The task:
What is needed here is an exact repetition of the records below, beginning at the line that has "face PLANE(AX(P(0,381,2438.4),D(0,1,0),D(0,0,-1))) rev" and stopping after the line that has "face CYL(AX(P(19.05,431.8,1727.2),D(1,0,0),D(0,1,0)),1.5875) rev".

Saved entries
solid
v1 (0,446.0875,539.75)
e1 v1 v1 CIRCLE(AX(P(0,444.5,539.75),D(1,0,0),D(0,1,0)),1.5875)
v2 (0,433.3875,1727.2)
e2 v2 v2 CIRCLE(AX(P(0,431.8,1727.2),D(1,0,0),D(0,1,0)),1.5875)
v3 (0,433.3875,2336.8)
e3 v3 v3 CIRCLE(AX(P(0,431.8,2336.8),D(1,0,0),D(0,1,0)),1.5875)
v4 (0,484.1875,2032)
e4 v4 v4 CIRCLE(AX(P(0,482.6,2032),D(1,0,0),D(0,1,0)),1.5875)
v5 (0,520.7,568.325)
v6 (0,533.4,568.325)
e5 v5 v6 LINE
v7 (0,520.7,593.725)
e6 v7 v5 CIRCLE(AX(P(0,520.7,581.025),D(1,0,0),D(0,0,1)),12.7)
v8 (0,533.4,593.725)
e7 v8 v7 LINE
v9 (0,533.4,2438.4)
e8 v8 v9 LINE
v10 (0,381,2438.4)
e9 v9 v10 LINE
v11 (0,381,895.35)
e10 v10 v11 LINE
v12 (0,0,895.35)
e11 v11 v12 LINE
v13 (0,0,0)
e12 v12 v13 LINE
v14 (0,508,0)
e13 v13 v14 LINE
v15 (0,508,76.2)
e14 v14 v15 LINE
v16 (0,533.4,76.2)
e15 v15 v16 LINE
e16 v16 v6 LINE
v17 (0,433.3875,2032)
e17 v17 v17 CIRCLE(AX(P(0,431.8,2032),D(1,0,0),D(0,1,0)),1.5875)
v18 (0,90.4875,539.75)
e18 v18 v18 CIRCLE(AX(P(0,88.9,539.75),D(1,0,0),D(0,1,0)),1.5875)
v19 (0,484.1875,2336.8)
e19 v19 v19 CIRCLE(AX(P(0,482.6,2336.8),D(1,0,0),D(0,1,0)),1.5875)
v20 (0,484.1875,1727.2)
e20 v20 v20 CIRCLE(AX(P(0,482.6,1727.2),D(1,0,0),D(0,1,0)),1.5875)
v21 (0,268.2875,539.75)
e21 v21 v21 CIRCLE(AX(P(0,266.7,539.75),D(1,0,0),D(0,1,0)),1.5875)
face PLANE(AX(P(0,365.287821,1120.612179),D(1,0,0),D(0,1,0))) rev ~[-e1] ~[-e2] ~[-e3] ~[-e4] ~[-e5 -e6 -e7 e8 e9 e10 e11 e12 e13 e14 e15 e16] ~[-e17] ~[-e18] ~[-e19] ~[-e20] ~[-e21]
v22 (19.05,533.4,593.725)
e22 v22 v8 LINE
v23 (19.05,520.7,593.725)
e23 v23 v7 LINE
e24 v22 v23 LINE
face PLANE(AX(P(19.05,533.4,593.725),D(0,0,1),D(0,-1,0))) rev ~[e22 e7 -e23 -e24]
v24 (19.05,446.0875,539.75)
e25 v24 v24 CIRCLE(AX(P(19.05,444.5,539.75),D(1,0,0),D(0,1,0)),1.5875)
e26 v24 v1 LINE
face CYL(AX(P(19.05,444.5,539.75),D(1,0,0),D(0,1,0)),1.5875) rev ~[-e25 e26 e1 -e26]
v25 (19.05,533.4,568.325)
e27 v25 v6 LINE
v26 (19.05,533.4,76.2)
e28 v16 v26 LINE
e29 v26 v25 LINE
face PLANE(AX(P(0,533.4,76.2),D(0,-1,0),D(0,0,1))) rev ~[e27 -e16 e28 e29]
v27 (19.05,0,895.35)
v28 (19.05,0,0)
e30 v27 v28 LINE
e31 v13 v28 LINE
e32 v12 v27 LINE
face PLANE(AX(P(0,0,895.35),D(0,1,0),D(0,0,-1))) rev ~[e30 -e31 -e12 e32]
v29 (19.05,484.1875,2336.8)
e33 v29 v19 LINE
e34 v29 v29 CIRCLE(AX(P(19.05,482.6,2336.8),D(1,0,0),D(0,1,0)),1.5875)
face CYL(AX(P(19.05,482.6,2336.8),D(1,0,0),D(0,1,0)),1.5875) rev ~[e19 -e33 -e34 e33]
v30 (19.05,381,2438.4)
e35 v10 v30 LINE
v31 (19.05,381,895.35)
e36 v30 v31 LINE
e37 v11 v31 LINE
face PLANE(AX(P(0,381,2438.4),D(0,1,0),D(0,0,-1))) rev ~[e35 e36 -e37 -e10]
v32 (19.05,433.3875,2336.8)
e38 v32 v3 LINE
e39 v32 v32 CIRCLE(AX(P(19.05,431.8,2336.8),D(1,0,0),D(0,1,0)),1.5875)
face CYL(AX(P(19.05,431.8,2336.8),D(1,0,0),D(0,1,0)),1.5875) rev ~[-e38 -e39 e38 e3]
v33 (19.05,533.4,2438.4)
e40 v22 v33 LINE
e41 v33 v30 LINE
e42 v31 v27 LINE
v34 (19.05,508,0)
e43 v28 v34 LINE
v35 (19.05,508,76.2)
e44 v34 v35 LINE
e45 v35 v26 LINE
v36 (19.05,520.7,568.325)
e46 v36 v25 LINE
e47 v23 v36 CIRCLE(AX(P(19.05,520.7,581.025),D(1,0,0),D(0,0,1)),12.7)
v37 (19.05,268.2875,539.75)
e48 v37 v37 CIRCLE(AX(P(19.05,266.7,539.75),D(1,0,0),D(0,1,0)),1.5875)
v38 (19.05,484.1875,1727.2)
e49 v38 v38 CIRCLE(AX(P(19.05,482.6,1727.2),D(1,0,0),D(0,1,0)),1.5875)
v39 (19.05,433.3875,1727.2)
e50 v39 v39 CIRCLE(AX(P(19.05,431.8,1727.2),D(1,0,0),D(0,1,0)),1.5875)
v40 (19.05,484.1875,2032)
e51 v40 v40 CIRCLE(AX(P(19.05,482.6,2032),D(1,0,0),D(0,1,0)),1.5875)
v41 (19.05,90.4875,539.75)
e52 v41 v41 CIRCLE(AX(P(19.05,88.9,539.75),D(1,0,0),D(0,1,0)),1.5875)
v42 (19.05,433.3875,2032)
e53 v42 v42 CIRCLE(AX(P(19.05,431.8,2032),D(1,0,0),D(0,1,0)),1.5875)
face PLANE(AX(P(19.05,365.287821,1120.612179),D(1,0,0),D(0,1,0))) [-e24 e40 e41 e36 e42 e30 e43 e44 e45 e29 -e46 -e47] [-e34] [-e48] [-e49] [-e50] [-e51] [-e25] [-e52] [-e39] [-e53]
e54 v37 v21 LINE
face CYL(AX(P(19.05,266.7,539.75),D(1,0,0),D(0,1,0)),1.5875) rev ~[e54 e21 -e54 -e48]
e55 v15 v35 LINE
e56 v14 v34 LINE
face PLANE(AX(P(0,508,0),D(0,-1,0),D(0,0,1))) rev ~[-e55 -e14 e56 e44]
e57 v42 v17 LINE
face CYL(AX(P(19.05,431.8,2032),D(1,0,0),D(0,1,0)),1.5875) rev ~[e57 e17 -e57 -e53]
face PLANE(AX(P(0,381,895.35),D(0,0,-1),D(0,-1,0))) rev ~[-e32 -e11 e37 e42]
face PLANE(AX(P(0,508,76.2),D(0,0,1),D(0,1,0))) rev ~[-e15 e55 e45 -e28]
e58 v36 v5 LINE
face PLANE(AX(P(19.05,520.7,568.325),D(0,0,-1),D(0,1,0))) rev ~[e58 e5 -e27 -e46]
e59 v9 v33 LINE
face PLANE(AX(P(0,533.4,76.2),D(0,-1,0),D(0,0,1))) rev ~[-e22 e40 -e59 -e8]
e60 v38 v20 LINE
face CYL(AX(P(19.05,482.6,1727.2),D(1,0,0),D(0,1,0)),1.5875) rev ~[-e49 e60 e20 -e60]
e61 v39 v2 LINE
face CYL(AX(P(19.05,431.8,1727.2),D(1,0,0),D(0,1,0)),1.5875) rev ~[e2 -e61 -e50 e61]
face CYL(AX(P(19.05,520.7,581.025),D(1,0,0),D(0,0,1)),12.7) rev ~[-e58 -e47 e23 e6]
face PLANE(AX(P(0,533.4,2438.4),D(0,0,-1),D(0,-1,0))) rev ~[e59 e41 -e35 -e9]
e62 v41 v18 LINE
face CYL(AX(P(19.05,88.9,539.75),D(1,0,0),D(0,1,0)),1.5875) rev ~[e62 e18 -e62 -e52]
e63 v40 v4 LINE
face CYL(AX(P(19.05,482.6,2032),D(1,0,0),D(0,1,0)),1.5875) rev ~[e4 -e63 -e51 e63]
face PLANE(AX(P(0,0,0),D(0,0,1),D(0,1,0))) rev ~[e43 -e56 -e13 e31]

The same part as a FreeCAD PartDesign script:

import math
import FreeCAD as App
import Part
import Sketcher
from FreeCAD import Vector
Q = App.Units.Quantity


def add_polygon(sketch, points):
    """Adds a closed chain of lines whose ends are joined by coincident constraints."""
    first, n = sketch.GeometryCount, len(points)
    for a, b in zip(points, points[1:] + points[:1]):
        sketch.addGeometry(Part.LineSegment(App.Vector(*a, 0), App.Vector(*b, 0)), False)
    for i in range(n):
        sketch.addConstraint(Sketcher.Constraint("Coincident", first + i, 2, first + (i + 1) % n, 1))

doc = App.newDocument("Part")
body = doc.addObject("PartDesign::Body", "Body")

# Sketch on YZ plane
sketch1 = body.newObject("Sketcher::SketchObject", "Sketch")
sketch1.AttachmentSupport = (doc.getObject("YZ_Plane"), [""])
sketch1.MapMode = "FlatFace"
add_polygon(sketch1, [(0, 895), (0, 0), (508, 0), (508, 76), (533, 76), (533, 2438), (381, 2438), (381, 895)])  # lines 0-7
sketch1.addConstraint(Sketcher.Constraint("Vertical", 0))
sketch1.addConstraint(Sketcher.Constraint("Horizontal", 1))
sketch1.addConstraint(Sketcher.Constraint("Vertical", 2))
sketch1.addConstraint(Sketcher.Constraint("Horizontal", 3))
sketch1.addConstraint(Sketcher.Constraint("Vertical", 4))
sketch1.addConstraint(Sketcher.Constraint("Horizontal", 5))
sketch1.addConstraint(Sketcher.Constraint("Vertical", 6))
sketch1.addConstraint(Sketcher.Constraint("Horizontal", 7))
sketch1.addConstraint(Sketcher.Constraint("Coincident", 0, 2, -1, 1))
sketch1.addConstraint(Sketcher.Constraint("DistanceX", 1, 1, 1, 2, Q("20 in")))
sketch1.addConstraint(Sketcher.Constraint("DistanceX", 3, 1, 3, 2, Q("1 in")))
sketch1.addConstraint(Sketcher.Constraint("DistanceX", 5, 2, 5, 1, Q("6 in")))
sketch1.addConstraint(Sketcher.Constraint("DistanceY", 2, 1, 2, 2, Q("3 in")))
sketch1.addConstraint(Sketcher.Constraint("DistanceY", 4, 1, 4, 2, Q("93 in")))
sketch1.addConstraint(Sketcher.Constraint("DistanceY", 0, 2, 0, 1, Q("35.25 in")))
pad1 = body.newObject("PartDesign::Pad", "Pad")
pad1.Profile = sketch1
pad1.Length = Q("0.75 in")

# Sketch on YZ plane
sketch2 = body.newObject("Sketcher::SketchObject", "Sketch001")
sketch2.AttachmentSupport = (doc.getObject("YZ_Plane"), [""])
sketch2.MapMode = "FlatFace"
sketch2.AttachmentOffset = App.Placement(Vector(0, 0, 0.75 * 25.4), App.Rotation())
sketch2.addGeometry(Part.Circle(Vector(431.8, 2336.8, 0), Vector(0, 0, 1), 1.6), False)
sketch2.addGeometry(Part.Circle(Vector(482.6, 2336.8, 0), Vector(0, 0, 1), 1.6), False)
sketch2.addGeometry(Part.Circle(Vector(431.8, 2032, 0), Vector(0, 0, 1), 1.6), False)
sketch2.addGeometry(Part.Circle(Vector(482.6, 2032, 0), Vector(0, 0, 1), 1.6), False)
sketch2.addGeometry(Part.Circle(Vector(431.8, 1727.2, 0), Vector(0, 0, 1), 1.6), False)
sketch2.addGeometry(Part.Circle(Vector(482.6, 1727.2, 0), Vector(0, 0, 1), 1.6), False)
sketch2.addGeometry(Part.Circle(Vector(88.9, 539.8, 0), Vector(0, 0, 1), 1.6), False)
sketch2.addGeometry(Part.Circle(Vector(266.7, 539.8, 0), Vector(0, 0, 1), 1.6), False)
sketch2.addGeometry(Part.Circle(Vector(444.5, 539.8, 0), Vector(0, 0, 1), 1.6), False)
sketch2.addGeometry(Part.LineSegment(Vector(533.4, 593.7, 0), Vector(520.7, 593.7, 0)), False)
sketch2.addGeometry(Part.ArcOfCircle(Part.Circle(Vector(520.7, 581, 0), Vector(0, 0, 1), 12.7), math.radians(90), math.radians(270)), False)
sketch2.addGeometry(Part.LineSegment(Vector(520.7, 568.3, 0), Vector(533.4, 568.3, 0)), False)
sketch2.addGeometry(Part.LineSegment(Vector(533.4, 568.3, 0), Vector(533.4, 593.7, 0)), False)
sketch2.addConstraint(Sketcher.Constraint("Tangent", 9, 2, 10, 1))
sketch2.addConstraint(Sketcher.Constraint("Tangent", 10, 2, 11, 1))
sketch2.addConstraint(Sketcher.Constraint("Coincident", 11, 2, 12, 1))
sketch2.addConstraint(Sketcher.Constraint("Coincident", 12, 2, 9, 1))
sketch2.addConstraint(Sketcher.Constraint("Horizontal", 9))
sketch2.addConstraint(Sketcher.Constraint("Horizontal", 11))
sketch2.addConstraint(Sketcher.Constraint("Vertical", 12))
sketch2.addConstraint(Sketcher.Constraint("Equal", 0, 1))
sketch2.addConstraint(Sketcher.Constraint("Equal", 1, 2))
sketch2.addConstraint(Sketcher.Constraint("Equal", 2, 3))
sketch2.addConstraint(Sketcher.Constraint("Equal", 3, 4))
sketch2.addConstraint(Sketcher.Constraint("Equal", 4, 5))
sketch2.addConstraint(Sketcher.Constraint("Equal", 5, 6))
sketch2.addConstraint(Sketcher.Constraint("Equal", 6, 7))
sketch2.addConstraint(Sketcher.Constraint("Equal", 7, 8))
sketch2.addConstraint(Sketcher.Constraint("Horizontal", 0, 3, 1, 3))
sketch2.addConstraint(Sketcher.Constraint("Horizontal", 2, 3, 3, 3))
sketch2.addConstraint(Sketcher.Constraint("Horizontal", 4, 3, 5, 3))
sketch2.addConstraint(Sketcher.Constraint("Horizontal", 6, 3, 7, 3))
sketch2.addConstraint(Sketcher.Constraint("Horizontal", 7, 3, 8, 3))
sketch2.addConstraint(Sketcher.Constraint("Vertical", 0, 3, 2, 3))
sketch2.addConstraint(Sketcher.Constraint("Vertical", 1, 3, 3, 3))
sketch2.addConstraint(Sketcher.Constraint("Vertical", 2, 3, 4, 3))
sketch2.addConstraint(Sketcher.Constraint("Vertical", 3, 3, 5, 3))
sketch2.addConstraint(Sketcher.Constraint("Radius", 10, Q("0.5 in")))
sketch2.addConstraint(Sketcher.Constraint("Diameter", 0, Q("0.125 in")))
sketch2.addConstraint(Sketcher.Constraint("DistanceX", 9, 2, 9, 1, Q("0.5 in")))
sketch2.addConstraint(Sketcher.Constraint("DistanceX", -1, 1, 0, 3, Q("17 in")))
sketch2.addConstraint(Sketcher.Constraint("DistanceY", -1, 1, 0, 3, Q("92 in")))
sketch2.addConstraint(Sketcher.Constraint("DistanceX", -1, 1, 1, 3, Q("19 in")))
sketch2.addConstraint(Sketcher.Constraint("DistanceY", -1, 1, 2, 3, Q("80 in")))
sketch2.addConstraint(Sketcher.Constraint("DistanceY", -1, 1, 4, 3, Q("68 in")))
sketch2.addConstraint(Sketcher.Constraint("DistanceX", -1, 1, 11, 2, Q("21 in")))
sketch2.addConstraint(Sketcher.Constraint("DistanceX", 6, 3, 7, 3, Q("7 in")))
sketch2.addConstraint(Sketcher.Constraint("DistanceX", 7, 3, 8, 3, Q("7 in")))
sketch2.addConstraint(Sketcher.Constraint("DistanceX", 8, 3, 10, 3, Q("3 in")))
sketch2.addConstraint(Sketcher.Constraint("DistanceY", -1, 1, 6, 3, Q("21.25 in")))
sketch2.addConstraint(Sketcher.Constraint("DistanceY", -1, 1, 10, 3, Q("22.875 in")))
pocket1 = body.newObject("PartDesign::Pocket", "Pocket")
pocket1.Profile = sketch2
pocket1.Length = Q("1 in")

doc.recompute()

Response:
face PLANE(AX(P(0,381,2438.4),D(0,1,0),D(0,0,-1))) rev ~[e35 e36 -e37 -e10]
v32 (19.05,433.3875,2336.8)
e38 v32 v3 LINE
e39 v32 v32 CIRCLE(AX(P(19.05,431.8,2336.8),D(1,0,0),D(0,1,0)),1.5875)
face CYL(AX(P(19.05,431.8,2336.8),D(1,0,0),D(0,1,0)),1.5875) rev ~[-e38 -e39 e38 e3]
v33 (19.05,533.4,2438.4)
e40 v22 v33 LINE
e41 v33 v30 LINE
e42 v31 v27 LINE
v34 (19.05,508,0)
e43 v28 v34 LINE
v35 (19.05,508,76.2)
e44 v34 v35 LINE
e45 v35 v26 LINE
v36 (19.05,520.7,568.325)
e46 v36 v25 LINE
e47 v23 v36 CIRCLE(AX(P(19.05,520.7,581.025),D(1,0,0),D(0,0,1)),12.7)
v37 (19.05,268.2875,539.75)
e48 v37 v37 CIRCLE(AX(P(19.05,266.7,539.75),D(1,0,0),D(0,1,0)),1.5875)
v38 (19.05,484.1875,1727.2)
e49 v38 v38 CIRCLE(AX(P(19.05,482.6,1727.2),D(1,0,0),D(0,1,0)),1.5875)
v39 (19.05,433.3875,1727.2)
e50 v39 v39 CIRCLE(AX(P(19.05,431.8,1727.2),D(1,0,0),D(0,1,0)),1.5875)
v40 (19.05,484.1875,2032)
e51 v40 v40 CIRCLE(AX(P(19.05,482.6,2032),D(1,0,0),D(0,1,0)),1.5875)
v41 (19.05,90.4875,539.75)
e52 v41 v41 CIRCLE(AX(P(19.05,88.9,539.75),D(1,0,0),D(0,1,0)),1.5875)
v42 (19.05,433.3875,2032)
e53 v42 v42 CIRCLE(AX(P(19.05,431.8,2032),D(1,0,0),D(0,1,0)),1.5875)
face PLANE(AX(P(19.05,365.287821,1120.612179),D(1,0,0),D(0,1,0))) [-e24 e40 e41 e36 e42 e30 e43 e44 e45 e29 -e46 -e47] [-e34] [-e48] [-e49] [-e50] [-e51] [-e25] [-e52] [-e39] [-e53]
e54 v37 v21 LINE
face CYL(AX(P(19.05,266.7,539.75),D(1,0,0),D(0,1,0)),1.5875) rev ~[e54 e21 -e54 -e48]
e55 v15 v35 LINE
e56 v14 v34 LINE
face PLANE(AX(P(0,508,0),D(0,-1,0),D(0,0,1))) rev ~[-e55 -e14 e56 e44]
e57 v42 v17 LINE
face CYL(AX(P(19.05,431.8,2032),D(1,0,0),D(0,1,0)),1.5875) rev ~[e57 e17 -e57 -e53]
face PLANE(AX(P(0,381,895.35),D(0,0,-1),D(0,-1,0))) rev ~[-e32 -e11 e37 e42]
face PLANE(AX(P(0,508,76.2),D(0,0,1),D(0,1,0))) rev ~[-e15 e55 e45 -e28]
e58 v36 v5 LINE
face PLANE(AX(P(19.05,520.7,568.325),D(0,0,-1),D(0,1,0))) rev ~[e58 e5 -e27 -e46]
e59 v9 v33 LINE
face PLANE(AX(P(0,533.4,76.2),D(0,-1,0),D(0,0,1))) rev ~[-e22 e40 -e59 -e8]
e60 v38 v20 LINE
face CYL(AX(P(19.05,482.6,1727.2),D(1,0,0),D(0,1,0)),1.5875) rev ~[-e49 e60 e20 -e60]
e61 v39 v2 LINE
face CYL(AX(P(19.05,431.8,1727.2),D(1,0,0),D(0,1,0)),1.5875) rev ~[e2 -e61 -e50 e61]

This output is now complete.